▶ Data section
· · · · · · ·

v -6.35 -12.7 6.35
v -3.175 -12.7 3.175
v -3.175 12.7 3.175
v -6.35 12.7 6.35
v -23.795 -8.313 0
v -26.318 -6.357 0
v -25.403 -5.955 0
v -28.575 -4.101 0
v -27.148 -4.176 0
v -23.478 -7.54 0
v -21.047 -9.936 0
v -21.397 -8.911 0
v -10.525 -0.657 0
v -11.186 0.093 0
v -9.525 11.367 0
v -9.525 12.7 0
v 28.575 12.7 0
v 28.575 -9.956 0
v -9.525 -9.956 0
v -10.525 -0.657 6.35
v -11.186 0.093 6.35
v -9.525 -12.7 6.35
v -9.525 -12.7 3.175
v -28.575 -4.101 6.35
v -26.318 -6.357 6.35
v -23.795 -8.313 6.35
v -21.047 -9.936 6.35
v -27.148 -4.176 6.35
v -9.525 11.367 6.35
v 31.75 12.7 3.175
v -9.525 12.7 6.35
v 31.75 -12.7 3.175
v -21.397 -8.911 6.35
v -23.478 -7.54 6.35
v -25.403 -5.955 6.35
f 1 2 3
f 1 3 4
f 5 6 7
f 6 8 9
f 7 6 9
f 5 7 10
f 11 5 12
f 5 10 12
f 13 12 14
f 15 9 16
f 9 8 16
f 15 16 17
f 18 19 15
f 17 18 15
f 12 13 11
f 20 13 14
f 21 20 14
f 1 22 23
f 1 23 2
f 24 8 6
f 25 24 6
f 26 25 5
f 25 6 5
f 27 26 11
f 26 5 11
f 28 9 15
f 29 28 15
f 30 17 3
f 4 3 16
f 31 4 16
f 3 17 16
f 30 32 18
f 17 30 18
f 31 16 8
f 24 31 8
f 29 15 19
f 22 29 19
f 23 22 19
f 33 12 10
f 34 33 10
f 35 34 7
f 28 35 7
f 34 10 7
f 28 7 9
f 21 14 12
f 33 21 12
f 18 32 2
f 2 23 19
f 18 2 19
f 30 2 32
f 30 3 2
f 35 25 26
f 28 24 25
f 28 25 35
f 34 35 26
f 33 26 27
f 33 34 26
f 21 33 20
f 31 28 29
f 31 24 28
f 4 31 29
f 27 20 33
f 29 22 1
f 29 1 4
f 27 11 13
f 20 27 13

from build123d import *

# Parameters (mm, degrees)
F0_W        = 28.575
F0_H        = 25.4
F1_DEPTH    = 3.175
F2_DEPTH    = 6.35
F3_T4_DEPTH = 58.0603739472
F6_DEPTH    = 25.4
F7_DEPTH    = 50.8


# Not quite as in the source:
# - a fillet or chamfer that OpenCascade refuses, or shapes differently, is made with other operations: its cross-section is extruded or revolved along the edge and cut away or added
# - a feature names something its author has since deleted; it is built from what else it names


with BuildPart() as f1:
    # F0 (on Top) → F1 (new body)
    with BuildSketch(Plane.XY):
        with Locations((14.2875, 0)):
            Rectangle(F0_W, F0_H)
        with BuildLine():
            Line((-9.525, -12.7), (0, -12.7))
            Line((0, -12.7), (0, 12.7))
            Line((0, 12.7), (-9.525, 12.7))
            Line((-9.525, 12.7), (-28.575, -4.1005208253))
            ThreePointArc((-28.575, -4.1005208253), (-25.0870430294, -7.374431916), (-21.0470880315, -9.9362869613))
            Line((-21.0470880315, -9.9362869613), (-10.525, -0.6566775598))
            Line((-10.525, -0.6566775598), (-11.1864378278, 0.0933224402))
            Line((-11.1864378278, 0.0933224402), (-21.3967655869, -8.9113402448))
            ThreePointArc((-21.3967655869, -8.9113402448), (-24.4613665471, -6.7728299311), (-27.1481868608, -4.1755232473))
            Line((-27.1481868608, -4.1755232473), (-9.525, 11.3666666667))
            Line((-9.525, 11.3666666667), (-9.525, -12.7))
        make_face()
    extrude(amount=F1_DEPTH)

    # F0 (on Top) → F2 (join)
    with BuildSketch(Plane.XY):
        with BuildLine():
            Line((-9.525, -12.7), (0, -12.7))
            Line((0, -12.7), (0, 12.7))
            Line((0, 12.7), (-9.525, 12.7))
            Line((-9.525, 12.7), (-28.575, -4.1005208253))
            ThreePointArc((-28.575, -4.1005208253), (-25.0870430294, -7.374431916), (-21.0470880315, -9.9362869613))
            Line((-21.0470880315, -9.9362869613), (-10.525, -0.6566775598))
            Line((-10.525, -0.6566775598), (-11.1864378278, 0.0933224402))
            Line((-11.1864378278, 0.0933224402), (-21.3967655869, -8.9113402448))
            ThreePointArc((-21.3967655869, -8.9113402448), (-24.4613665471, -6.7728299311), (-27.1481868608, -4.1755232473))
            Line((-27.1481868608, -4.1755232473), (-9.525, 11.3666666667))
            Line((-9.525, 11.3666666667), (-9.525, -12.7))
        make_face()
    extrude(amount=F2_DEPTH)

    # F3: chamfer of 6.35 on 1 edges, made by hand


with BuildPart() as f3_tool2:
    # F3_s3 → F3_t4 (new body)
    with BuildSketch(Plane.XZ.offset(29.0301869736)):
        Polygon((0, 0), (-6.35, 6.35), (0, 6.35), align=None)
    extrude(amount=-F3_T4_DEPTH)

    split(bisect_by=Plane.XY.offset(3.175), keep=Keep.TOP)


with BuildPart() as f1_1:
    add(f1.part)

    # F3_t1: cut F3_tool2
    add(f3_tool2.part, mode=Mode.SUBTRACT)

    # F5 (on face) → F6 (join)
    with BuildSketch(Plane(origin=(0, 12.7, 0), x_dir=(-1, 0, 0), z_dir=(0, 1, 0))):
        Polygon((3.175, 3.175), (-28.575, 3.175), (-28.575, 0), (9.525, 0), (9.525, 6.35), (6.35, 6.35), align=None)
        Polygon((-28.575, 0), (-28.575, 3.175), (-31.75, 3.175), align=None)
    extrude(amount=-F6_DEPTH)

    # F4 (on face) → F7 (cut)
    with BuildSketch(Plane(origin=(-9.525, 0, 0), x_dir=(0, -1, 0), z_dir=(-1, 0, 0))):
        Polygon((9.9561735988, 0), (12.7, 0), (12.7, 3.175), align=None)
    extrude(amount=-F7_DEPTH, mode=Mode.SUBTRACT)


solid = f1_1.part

· · · · · · ·

▶ What the task asks
Every record in the listing above is to be copied exactly.

▶ Answer to this exercise
v -6.35 -12.7 6.35
v -3.175 -12.7 3.175
v -3.175 12.7 3.175
v -6.35 12.7 6.35
v -23.795 -8.313 0
v -26.318 -6.357 0
v -25.403 -5.955 0
v -28.575 -4.101 0
v -27.148 -4.176 0
v -23.478 -7.54 0
v -21.047 -9.936 0
v -21.397 -8.911 0
v -10.525 -0.657 0
v -11.186 0.093 0
v -9.525 11.367 0
v -9.525 12.7 0
v 28.575 12.7 0
v 28.575 -9.956 0
v -9.525 -9.956 0
v -10.525 -0.657 6.35
v -11.186 0.093 6.35
v -9.525 -12.7 6.35
v -9.525 -12.7 3.175
v -28.575 -4.101 6.35
v -26.318 -6.357 6.35
v -23.795 -8.313 6.35
v -21.047 -9.936 6.35
v -27.148 -4.176 6.35
v -9.525 11.367 6.35
v 31.75 12.7 3.175
v -9.525 12.7 6.35
v 31.75 -12.7 3.175
v -21.397 -8.911 6.35
v -23.478 -7.54 6.35
v -25.403 -5.955 6.35
f 1 2 3
f 1 3 4
f 5 6 7
f 6 8 9
f 7 6 9
f 5 7 10
f 11 5 12
f 5 10 12
f 13 12 14
f 15 9 16
f 9 8 16
f 15 16 17
f 18 19 15
f 17 18 15
f 12 13 11
f 20 13 14
f 21 20 14
f 1 22 23
f 1 23 2
f 24 8 6
f 25 24 6
f 26 25 5
f 25 6 5
f 27 26 11
f 26 5 11
f 28 9 15
f 29 28 15
f 30 17 3
f 4 3 16
f 31 4 16
f 3 17 16
f 30 32 18
f 17 30 18
f 31 16 8
f 24 31 8
f 29 15 19
f 22 29 19
f 23 22 19
f 33 12 10
f 34 33 10
f 35 34 7
f 28 35 7
f 34 10 7
f 28 7 9
f 21 14 12
f 33 21 12
f 18 32 2
f 2 23 19
f 18 2 19
f 30 2 32
f 30 3 2
f 35 25 26
f 28 24 25
f 28 25 35
f 34 35 26
f 33 26 27
f 33 34 26
f 21 33 20
f 31 28 29
f 31 24 28
f 4 31 29
f 27 20 33
f 29 22 1
f 29 1 4
f 27 11 13
f 20 27 13

from build123d import *

# Parameters (mm, degrees)
F0_W        = 28.575
F0_H        = 25.4
F1_DEPTH    = 3.175
F2_DEPTH    = 6.35
F3_T4_DEPTH = 58.0603739472
F6_DEPTH    = 25.4
F7_DEPTH    = 50.8


# Not quite as in the source:
# - a fillet or chamfer that OpenCascade refuses, or shapes differently, is made with other operations: its cross-section is extruded or revolved along the edge and cut away or added
# - a feature names something its author has since deleted; it is built from what else it names


with BuildPart() as f1:
    # F0 (on Top) → F1 (new body)
    with BuildSketch(Plane.XY):
        with Locations((14.2875, 0)):
            Rectangle(F0_W, F0_H)
        with BuildLine():
            Line((-9.525, -12.7), (0, -12.7))
            Line((0, -12.7), (0, 12.7))
            Line((0, 12.7), (-9.525, 12.7))
            Line((-9.525, 12.7), (-28.575, -4.1005208253))
            ThreePointArc((-28.575, -4.1005208253), (-25.0870430294, -7.374431916), (-21.0470880315, -9.9362869613))
            Line((-21.0470880315, -9.9362869613), (-10.525, -0.6566775598))
            Line((-10.525, -0.6566775598), (-11.1864378278, 0.0933224402))
            Line((-11.1864378278, 0.0933224402), (-21.3967655869, -8.9113402448))
            ThreePointArc((-21.3967655869, -8.9113402448), (-24.4613665471, -6.7728299311), (-27.1481868608, -4.1755232473))
            Line((-27.1481868608, -4.1755232473), (-9.525, 11.3666666667))
            Line((-9.525, 11.3666666667), (-9.525, -12.7))
        make_face()
    extrude(amount=F1_DEPTH)

    # F0 (on Top) → F2 (join)
    with BuildSketch(Plane.XY):
        with BuildLine():
            Line((-9.525, -12.7), (0, -12.7))
            Line((0, -12.7), (0, 12.7))
            Line((0, 12.7), (-9.525, 12.7))
            Line((-9.525, 12.7), (-28.575, -4.1005208253))
            ThreePointArc((-28.575, -4.1005208253), (-25.0870430294, -7.374431916), (-21.0470880315, -9.9362869613))
            Line((-21.0470880315, -9.9362869613), (-10.525, -0.6566775598))
            Line((-10.525, -0.6566775598), (-11.1864378278, 0.0933224402))
            Line((-11.1864378278, 0.0933224402), (-21.3967655869, -8.9113402448))
            ThreePointArc((-21.3967655869, -8.9113402448), (-24.4613665471, -6.7728299311), (-27.1481868608, -4.1755232473))
            Line((-27.1481868608, -4.1755232473), (-9.525, 11.3666666667))
            Line((-9.525, 11.3666666667), (-9.525, -12.7))
        make_face()
    extrude(amount=F2_DEPTH)

    # F3: chamfer of 6.35 on 1 edges, made by hand


with BuildPart() as f3_tool2:
    # F3_s3 → F3_t4 (new body)
    with BuildSketch(Plane.XZ.offset(29.0301869736)):
        Polygon((0, 0), (-6.35, 6.35), (0, 6.35), align=None)
    extrude(amount=-F3_T4_DEPTH)

    split(bisect_by=Plane.XY.offset(3.175), keep=Keep.TOP)


with BuildPart() as f1_1:
    add(f1.part)

    # F3_t1: cut F3_tool2
    add(f3_tool2.part, mode=Mode.SUBTRACT)

    # F5 (on face) → F6 (join)
    with BuildSketch(Plane(origin=(0, 12.7, 0), x_dir=(-1, 0, 0), z_dir=(0, 1, 0))):
        Polygon((3.175, 3.175), (-28.575, 3.175), (-28.575, 0), (9.525, 0), (9.525, 6.35), (6.35, 6.35), align=None)
        Polygon((-28.575, 0), (-28.575, 3.175), (-31.75, 3.175), align=None)
    extrude(amount=-F6_DEPTH)

    # F4 (on face) → F7 (cut)
    with BuildSketch(Plane(origin=(-9.525, 0, 0), x_dir=(0, -1, 0), z_dir=(-1, 0, 0))):
        Polygon((9.9561735988, 0), (12.7, 0), (12.7, 3.175), align=None)
    extrude(amount=-F7_DEPTH, mode=Mode.SUBTRACT)


solid = f1_1.part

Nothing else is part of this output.